= Beginning of Section =

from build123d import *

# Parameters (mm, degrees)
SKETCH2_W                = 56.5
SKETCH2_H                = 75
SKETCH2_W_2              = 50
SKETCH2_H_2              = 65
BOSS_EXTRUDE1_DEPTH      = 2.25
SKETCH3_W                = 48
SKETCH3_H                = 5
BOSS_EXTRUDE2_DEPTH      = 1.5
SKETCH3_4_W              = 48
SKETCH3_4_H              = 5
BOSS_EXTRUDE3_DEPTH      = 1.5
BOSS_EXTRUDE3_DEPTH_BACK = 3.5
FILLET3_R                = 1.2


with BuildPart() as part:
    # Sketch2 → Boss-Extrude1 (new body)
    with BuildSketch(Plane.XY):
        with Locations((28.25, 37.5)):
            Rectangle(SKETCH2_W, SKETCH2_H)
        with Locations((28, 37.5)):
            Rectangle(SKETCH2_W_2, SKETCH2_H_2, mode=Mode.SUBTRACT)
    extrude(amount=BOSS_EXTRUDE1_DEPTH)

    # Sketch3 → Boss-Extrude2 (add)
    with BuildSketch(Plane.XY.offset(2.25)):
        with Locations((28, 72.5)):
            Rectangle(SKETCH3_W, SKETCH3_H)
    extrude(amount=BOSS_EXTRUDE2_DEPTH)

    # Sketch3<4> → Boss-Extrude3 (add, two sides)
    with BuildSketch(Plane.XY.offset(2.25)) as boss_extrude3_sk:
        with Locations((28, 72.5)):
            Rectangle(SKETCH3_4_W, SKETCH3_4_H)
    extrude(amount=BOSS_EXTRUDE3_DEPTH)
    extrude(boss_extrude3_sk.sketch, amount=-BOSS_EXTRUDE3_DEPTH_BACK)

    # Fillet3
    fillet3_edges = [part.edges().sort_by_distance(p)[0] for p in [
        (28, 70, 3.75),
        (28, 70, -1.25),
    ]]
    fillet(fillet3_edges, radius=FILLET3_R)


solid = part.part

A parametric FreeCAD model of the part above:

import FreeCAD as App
import Part
import Sketcher
Q = App.Units.Quantity


def edges_at(feature, points):
    """Names of the edges that pass closest to the given points."""
    edges = feature.Shape.Edges
    near = lambda p: min(range(len(edges)), key=lambda i: edges[i].distToShape(Part.Vertex(*p))[0])
    return sorted({f"Edge{near(p) + 1}" for p in points})


def add_polygon(sketch, points):
    """Adds a closed chain of lines whose ends are joined by coincident constraints."""
    first, n = sketch.GeometryCount, len(points)
    for a, b in zip(points, points[1:] + points[:1]):
        sketch.addGeometry(Part.LineSegment(App.Vector(*a, 0), App.Vector(*b, 0)), False)
    for i in range(n):
        sketch.addConstraint(Sketcher.Constraint("Coincident", first + i, 2, first + (i + 1) % n, 1))

doc = App.newDocument("Part")
body = doc.addObject("PartDesign::Body", "Body")

# Sketch on XY plane
sketch1 = body.newObject("Sketcher::SketchObject", "Sketch")
sketch1.AttachmentSupport = (doc.getObject("XY_Plane"), [""])
sketch1.MapMode = "FlatFace"
add_polygon(sketch1, [(0, 75), (0, 0), (56, 0), (56, 75)])  # lines 0-3
add_polygon(sketch1, [(53, 5), (3, 5), (3, 70), (53, 70)])  # lines 4-7
sketch1.addConstraint([
    Sketcher.Constraint("Vertical", 0),
    Sketcher.Constraint("Horizontal", 1),
    Sketcher.Constraint("Vertical", 2),
    Sketcher.Constraint("Horizontal", 3),
    Sketcher.Constraint("Horizontal", 4),
    Sketcher.Constraint("Vertical", 5),
    Sketcher.Constraint("Horizontal", 6),
    Sketcher.Constraint("Vertical", 7),
    Sketcher.Constraint("Coincident", 0, 2, -1, 1),
    Sketcher.Constraint("DistanceX", 4, 2, 4, 1, Q("50 mm")),
    Sketcher.Constraint("DistanceY", 0, 2, 0, 1, Q("75 mm")),
    Sketcher.Constraint("DistanceY", 5, 1, 5, 2, Q("65 mm")),
    Sketcher.Constraint("DistanceX", 1, 1, 1, 2, Q("56.5 mm")),
    Sketcher.Constraint("DistanceX", -1, 1, 4, 2, Q("3 mm")),
    Sketcher.Constraint("DistanceY", -1, 1, 4, 2, Q("5 mm")),
])
pad1 = body.newObject("PartDesign::Pad", "Pad")
pad1.Profile = sketch1
pad1.Length = 2.25

# Sketch on XY plane
sketch2 = body.newObject("Sketcher::SketchObject", "Sketch001")
sketch2.AttachmentSupport = (doc.getObject("XY_Plane"), [""])
sketch2.MapMode = "FlatFace"
sketch2.AttachmentOffset = App.Placement(App.Vector(0, 0, 2.25), App.Rotation())
add_polygon(sketch2, [(4, 75), (4, 70), (52, 70), (52, 75)])  # lines 0-3
sketch2.addConstraint([
    Sketcher.Constraint("Vertical", 0),
    Sketcher.Constraint("Horizontal", 1),
    Sketcher.Constraint("Vertical", 2),
    Sketcher.Constraint("Horizontal", 3),
    Sketcher.Constraint("DistanceX", 1, 1, 1, 2, Q("48 mm")),
    Sketcher.Constraint("DistanceY", 0, 2, 0, 1, Q("5 mm")),
    Sketcher.Constraint("DistanceX", -1, 1, 0, 2, Q("4 mm")),
    Sketcher.Constraint("DistanceY", -1, 1, 0, 2, Q("70 mm")),
])
pad2 = body.newObject("PartDesign::Pad", "Pad001")
pad2.Profile = sketch2
pad2.Length = 1.5

# Sketch on XY plane
sketch3 = body.newObject("Sketcher::SketchObject", "Sketch002")
sketch3.AttachmentSupport = (doc.getObject("XY_Plane"), [""])
sketch3.MapMode = "FlatFace"
sketch3.AttachmentOffset = App.Placement(App.Vector(0, 0, 2.25), App.Rotation())
add_polygon(sketch3, [(4, 75), (4, 70), (52, 70), (52, 75)])  # lines 0-3
sketch3.addConstraint([
    Sketcher.Constraint("Vertical", 0),
    Sketcher.Constraint("Horizontal", 1),
    Sketcher.Constraint("Vertical", 2),
    Sketcher.Constraint("Horizontal", 3),
    Sketcher.Constraint("DistanceX", 1, 1, 1, 2, Q("48 mm")),
    Sketcher.Constraint("DistanceY", 0, 2, 0, 1, Q("5 mm")),
    Sketcher.Constraint("DistanceX", -1, 1, 0, 2, Q("4 mm")),
    Sketcher.Constraint("DistanceY", -1, 1, 0, 2, Q("70 mm")),
])
pad3 = body.newObject("PartDesign::Pad", "Pad002")
pad3.Profile = sketch3
pad3.Type = "TwoLengths"
pad3.Length = 1.5
pad3.Length2 = 3.5
doc.recompute()

fillet = body.newObject("PartDesign::Fillet", "Fillet")
fillet.Base = (pad3, edges_at(pad3, [(28, 70, 3.75), (28, 70, -1.25)]))
fillet.Radius = 1.2

doc.recompute()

= End of Section =

For the lines above, output exactly those from the line containing "fillet3_edges = [part.edges().sort_by_distance(p)[0]" through the line containing "A parametric FreeCAD", and skip the others.

    fillet3_edges = [part.edges().sort_by_distance(p)[0] for p in [
        (28, 70, 3.75),
        (28, 70, -1.25),
    ]]
    fillet(fillet3_edges, radius=FILLET3_R)


solid = part.part

A parametric FreeCAD model of the part above:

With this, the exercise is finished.